It is reported that some micro-RNAs (miR) can break down immune tolerance [12]. MiRs are short (18–22 nucleotides in length) non-coding RNA chain. They function to silence RNA and regulate gene expression post-transcriptionally [13]. Recent reports indicate that miR-98 can suppress the IL-10 expression in B cells; such as Exposure B10 cells to IL-13 in the culture or over expression of miR-98 reduced the expression of IL-10 in B cells [14]; miR-98 inhibits IL-10 production and endotoxin tolerance in macrophages [15]. Whether miR-98 inhibits B10 cells in patients after heart transplantation has not been investigated. Under certain circumstance, B cells are capable of regulating the immune response to allograft transplantation [16]. Based on the above information, we hypothesize that the surgery-induced psychological stress increases cortisol release, which increases miR-98 expression in peripheral B cells to inhibit the development of B10 cells of patients after heart transplantation. In this study, we observed that less B10 cells and high levels of cortisol in the peripheral blood of patients after heart transplantation. Exposure to cortisol in the culture increased the expression of miR-98 in B cells, which inhibited the expression of IL-10 in B cells. Administration with anti-miR-98 liposomes significantly extended the allograft heart survival in mice.
RESULTS
Peripheral B10 cells are decreased in patients after heart transplantation
We collected the peripheral blood samples from patients a week before and a week after heart transplantation. Peripheral blood mononuclear cells (PBMC) were prepared and analyzed by flow cytometry. The results showed that the frequency of B10 cells in the patients was not different from the healthy control subjects, but significantly less after heart transplantation (Figure 1).

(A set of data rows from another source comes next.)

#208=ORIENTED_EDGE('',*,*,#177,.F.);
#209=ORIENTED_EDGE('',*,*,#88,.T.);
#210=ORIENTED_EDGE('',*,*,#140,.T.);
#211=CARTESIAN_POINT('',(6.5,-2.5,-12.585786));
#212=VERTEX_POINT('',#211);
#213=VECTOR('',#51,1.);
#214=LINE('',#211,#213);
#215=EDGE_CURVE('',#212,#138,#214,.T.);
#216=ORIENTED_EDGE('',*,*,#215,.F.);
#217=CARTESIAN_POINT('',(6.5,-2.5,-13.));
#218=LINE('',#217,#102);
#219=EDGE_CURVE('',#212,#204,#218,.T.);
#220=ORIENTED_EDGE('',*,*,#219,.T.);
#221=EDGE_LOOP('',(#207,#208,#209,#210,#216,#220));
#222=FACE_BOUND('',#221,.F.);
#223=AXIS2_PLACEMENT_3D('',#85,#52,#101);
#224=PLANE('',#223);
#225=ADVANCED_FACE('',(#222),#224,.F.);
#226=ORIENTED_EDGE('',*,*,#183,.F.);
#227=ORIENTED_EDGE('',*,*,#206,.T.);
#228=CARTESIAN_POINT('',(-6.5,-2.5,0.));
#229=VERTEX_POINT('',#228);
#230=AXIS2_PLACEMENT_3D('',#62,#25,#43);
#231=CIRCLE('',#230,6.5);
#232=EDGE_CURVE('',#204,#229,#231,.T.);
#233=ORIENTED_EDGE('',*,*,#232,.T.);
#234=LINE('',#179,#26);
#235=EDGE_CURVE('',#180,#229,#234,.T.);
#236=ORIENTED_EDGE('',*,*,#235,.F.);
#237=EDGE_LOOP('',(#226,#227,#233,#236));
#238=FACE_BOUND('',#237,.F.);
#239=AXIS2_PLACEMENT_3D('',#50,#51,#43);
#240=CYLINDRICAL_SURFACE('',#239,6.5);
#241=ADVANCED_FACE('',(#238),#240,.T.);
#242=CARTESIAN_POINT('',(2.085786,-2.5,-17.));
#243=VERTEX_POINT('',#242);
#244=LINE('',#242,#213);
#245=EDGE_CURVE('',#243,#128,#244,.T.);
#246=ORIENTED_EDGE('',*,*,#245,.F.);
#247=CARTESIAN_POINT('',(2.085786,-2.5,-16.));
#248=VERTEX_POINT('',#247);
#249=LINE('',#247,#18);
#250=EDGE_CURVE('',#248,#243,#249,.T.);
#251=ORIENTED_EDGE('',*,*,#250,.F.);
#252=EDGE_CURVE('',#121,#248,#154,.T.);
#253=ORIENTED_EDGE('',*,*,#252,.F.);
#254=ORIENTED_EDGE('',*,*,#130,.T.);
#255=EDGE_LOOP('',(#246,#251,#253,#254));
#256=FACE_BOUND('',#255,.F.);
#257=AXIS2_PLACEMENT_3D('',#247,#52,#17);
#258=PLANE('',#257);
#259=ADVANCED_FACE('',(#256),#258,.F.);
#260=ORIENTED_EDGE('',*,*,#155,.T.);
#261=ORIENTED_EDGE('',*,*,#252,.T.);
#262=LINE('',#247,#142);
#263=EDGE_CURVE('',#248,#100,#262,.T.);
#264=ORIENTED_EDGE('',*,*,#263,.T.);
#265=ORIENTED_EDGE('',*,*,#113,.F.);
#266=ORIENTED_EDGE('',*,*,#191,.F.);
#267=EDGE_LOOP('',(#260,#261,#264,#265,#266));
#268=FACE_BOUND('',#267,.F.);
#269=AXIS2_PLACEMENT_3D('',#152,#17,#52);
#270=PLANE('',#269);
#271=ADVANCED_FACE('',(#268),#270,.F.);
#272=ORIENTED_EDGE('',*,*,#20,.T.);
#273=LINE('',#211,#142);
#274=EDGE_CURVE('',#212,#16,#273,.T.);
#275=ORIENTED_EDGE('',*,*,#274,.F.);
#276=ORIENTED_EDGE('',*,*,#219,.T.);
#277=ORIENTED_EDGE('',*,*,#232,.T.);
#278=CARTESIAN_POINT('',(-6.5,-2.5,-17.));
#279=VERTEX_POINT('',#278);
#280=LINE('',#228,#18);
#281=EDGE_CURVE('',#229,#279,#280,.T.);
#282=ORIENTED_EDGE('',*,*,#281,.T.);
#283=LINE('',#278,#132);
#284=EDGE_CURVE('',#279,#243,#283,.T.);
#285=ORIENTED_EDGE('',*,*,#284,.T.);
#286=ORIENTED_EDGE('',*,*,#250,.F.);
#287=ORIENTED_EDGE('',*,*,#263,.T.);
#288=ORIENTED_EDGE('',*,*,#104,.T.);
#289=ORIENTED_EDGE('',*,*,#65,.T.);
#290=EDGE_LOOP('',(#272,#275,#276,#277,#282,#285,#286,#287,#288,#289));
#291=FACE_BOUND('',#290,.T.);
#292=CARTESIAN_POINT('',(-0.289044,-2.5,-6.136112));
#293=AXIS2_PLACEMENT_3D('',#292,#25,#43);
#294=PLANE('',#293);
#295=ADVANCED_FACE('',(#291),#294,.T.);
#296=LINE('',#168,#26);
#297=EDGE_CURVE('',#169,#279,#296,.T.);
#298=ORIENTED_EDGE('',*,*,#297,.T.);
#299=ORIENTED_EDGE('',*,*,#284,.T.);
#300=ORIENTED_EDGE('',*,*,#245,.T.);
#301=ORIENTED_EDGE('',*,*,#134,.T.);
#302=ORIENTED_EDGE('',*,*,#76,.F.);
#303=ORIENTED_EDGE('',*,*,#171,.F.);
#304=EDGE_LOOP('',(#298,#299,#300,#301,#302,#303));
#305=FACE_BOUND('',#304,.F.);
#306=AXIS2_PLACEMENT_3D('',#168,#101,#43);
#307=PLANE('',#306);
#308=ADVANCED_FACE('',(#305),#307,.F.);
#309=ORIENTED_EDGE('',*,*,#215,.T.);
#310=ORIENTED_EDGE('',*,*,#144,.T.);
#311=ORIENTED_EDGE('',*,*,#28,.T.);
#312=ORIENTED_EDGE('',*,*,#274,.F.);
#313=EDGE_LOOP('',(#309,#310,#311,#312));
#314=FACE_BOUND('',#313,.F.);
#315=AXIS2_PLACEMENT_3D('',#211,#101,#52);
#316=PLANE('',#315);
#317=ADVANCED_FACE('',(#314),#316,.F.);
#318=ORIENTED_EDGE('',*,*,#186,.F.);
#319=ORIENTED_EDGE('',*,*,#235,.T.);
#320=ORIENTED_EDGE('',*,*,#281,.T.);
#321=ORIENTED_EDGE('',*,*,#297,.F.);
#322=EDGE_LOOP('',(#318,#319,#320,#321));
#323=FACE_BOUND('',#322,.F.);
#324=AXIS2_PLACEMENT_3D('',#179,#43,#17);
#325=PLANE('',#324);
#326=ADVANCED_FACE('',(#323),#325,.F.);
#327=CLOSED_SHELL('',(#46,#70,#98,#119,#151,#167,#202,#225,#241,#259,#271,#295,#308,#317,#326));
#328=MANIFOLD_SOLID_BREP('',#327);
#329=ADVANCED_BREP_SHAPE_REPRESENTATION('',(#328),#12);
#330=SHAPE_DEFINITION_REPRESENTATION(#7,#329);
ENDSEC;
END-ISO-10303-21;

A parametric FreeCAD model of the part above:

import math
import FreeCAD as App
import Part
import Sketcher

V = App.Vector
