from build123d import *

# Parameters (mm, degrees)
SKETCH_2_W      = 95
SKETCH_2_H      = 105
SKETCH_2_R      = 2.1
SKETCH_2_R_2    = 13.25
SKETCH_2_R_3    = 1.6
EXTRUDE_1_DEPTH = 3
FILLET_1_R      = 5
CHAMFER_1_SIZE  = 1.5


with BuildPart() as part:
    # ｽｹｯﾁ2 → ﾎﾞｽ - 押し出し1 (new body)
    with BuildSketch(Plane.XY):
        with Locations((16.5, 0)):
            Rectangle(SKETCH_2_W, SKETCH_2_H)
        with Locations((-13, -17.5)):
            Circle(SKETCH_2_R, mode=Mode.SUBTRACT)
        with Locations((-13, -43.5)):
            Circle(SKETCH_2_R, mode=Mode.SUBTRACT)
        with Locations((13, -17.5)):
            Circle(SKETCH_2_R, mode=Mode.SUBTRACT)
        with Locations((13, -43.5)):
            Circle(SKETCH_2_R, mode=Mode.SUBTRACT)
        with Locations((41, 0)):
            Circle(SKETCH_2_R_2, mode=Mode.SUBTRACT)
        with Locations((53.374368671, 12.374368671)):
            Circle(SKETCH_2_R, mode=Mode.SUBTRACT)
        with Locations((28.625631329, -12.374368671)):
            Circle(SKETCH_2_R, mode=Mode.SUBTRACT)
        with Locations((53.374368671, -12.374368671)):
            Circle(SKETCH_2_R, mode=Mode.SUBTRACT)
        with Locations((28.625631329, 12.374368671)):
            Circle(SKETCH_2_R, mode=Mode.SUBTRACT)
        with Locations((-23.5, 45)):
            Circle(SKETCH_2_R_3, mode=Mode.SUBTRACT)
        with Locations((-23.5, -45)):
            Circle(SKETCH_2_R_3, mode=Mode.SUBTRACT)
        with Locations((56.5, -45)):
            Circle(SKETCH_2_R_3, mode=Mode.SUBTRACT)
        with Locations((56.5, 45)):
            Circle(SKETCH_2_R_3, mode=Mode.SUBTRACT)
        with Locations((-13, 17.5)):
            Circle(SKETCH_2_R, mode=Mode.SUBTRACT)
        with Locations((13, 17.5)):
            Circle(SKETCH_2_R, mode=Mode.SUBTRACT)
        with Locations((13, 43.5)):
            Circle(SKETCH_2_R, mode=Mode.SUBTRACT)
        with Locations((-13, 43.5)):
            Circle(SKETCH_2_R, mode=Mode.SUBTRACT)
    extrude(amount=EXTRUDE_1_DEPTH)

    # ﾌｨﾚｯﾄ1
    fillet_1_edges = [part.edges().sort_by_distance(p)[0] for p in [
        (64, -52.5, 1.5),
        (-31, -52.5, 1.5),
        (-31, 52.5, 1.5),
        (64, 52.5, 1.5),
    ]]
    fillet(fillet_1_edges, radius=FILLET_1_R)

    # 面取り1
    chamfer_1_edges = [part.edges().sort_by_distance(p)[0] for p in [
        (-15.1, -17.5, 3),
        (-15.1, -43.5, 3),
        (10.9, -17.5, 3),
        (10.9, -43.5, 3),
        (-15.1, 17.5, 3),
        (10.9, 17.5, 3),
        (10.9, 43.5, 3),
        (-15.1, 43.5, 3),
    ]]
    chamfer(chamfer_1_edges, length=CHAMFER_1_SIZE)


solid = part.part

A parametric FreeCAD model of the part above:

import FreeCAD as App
import Part
import Sketcher
from FreeCAD import Vector


def edges_at(feature, points):
    """Names of the edges that pass closest to the given points."""
    edges = feature.Shape.Edges
    near = lambda p: min(range(len(edges)), key=lambda i: edges[i].distToShape(Part.Vertex(*p))[0])
    return sorted({f"Edge{near(p) + 1}" for p in points})

doc = App.newDocument("Part")
body = doc.addObject("PartDesign::Body", "Body")

# Sketch on XY plane
sketch1 = body.newObject("Sketcher::SketchObject", "Sketch")
sketch1.AttachmentSupport = (doc.getObject("XY_Plane"), [""])
sketch1.MapMode = "FlatFace"
sketch1.addGeometry([
    Part.LineSegment(Vector(-31, 52.5, 0), Vector(-31, -52.5, 0)),  # 0
    Part.LineSegment(Vector(-31, -52.5, 0), Vector(64, -52.5, 0)),  # 1
    Part.LineSegment(Vector(64, -52.5, 0), Vector(64, 52.5, 0)),  # 2
    Part.LineSegment(Vector(64, 52.5, 0), Vector(-31, 52.5, 0)),  # 3
    Part.Circle(Vector(-23.5, -45, 0), Vector(0, 0, 1), 1.6),  # 4
    Part.Circle(Vector(-13, -43.5, 0), Vector(0, 0, 1), 2.1),  # 5
    Part.Circle(Vector(13, -43.5, 0), Vector(0, 0, 1), 2.1),  # 6
    Part.Circle(Vector(-13, -17.5, 0), Vector(0, 0, 1), 2.1),  # 7
    Part.Circle(Vector(13, -17.5, 0), Vector(0, 0, 1), 2.1),  # 8
    Part.Circle(Vector(56.5, -45, 0), Vector(0, 0, 1), 1.6),  # 9
    Part.Circle(Vector(28.6, -12.4, 0), Vector(0, 0, 1), 2.1),  # 10
    Part.Circle(Vector(53.4, -12.4, 0), Vector(0, 0, 1), 2.1),  # 11
    Part.Circle(Vector(-13, 17.5, 0), Vector(0, 0, 1), 2.1),  # 12
    Part.Circle(Vector(13, 17.5, 0), Vector(0, 0, 1), 2.1),  # 13
    Part.Circle(Vector(-23.5, 45, 0), Vector(0, 0, 1), 1.6),  # 14
    Part.Circle(Vector(-13, 43.5, 0), Vector(0, 0, 1), 2.1),  # 15
    Part.Circle(Vector(13, 43.5, 0), Vector(0, 0, 1), 2.1),  # 16
    Part.Circle(Vector(28.6, 12.4, 0), Vector(0, 0, 1), 2.1),  # 17
    Part.Circle(Vector(41, 0, 0), Vector(0, 0, 1), 13.2),  # 18
    Part.Circle(Vector(53.4, 12.4, 0), Vector(0, 0, 1), 2.1),  # 19
    Part.Circle(Vector(56.5, 45, 0), Vector(0, 0, 1), 1.6),  # 20
], False)
sketch1.addConstraint([
    Sketcher.Constraint("Coincident", 0, 2, 1, 1),
    Sketcher.Constraint("Coincident", 1, 2, 2, 1),
    Sketcher.Constraint("Coincident", 2, 2, 3, 1),
    Sketcher.Constraint("Coincident", 3, 2, 0, 1),
    Sketcher.Constraint("Vertical", 0),
    Sketcher.Constraint("Horizontal", 1),
    Sketcher.Constraint("Vertical", 2),
    Sketcher.Constraint("Horizontal", 3),
    Sketcher.Constraint("Equal", 5, 6),
    Sketcher.Constraint("Equal", 6, 7),
    Sketcher.Constraint("Equal", 7, 8),
    Sketcher.Constraint("Equal", 4, 9),
    Sketcher.Constraint("Equal", 8, 10),
    Sketcher.Constraint("Equal", 10, 11),
    Sketcher.Constraint("Equal", 11, 12),
    Sketcher.Constraint("Equal", 12, 13),
    Sketcher.Constraint("Equal", 9, 14),
    Sketcher.Constraint("Equal", 13, 15),
    Sketcher.Constraint("Equal", 15, 16),
    Sketcher.Constraint("Equal", 16, 17),
    Sketcher.Constraint("Equal", 17, 19),
    Sketcher.Constraint("Equal", 14, 20),
    Sketcher.Constraint("Symmetric", 8, 3, 12, 3, -1, 1),
    Sketcher.Constraint("Symmetric", 7, 3, 13, 3, -1, 1),
    Sketcher.Constraint("Symmetric", 6, 3, 15, 3, -1, 1),
    Sketcher.Constraint("Symmetric", 5, 3, 16, 3, -1, 1),
    Sketcher.Constraint("Symmetric", 5, 3, 6, 3, -2),
    Sketcher.Constraint("Symmetric", 7, 3, 8, 3, -2),
    Sketcher.Constraint("Symmetric", 4, 3, 14, 3, -1),
    Sketcher.Constraint("Symmetric", 10, 3, 17, 3, -1),
    Sketcher.Constraint("Symmetric", 11, 3, 19, 3, -1),
    Sketcher.Constraint("Symmetric", 9, 3, 20, 3, -1),
    Sketcher.Constraint("PointOnObject", 18, 3, -1),
    Sketcher.Constraint("Horizontal", 4, 3, 9, 3),
    Sketcher.Constraint("Horizontal", 10, 3, 11, 3),
    Sketcher.Constraint("Vertical", 5, 3, 7, 3),
    Sketcher.Constraint("Diameter", 4, 3.2),
    Sketcher.Constraint("Diameter", 5, 4.2),
    Sketcher.Constraint("Diameter", 18, 26.5),
    Sketcher.Constraint("DistanceX", 1, 1, 1, 2, 95.0),
    Sketcher.Constraint("DistanceY", 0, 2, 0, 1, 105.0),
    Sketcher.Constraint("DistanceY", 4, 3, -1, 1, 45.0),
    Sketcher.Constraint("DistanceX", 5, 3, -1, 1, 13.0),
    Sketcher.Constraint("DistanceX", -1, 1, 18, 3, 41.0),
    Sketcher.Constraint("DistanceX", 0, 2, -1, 1, 31.0),
    Sketcher.Constraint("DistanceY", 5, 3, 7, 3, 26.0),
    Sketcher.Constraint("DistanceX", 4, 3, 9, 3, 80.0),
    Sketcher.Constraint("DistanceY", 7, 3, 12, 3, 35.0),
    Sketcher.Constraint("DistanceY", 0, 2, 5, 3, 9.0),
    Sketcher.Constraint("DistanceX", 4, 3, -1, 1, 23.5),
    Sketcher.Constraint("DistanceX", -1, 1, 10, 3, 28.625631),
    Sketcher.Constraint("DistanceY", 10, 3, -1, 1, 12.374369),
    Sketcher.Constraint("DistanceX", -1, 1, 11, 3, 53.374369),
])
pad1 = body.newObject("PartDesign::Pad", "Pad")
pad1.Profile = sketch1
pad1.Length = 3
doc.recompute()

fillet = body.newObject("PartDesign::Fillet", "Fillet")
fillet.Base = (pad1, edges_at(pad1, [
    (64, -52.5, 1.5),
    (-31, -52.5, 1.5),
    (-31, 52.5, 1.5),
    (64, 52.5, 1.5),
]))
fillet.Radius = 5
doc.recompute()

chamfer = body.newObject("PartDesign::Chamfer", "Chamfer")
chamfer.Base = (fillet, edges_at(fillet, [
    (-15.1, -17.5, 3),
    (-15.1, -43.5, 3),
    (10.9, -17.5, 3),
    (10.9, -43.5, 3),
    (-15.1, 17.5, 3),
    (10.9, 17.5, 3),
    (10.9, 43.5, 3),
    (-15.1, 43.5, 3),
]))
chamfer.Size = 1.5

doc.recompute()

Figure 1. Assessment of peripheral B10 cells.
(A–C) the gated dot plots show the frequency of B10 cells in peripheral blood mononuclear cells of healthy subjects and patients one week before and one week after heart transplantation. (D) the isotype IgG staining results; used as a negative control. (E) the scatter dot plots show the data of A–C. The data were from 20 healthy subjects and 20 patients. Samples from individual patients were processed and analyzed separately. Data of bars are presented as mean ± SD. *p < 0.01, compared with the healthy subjects.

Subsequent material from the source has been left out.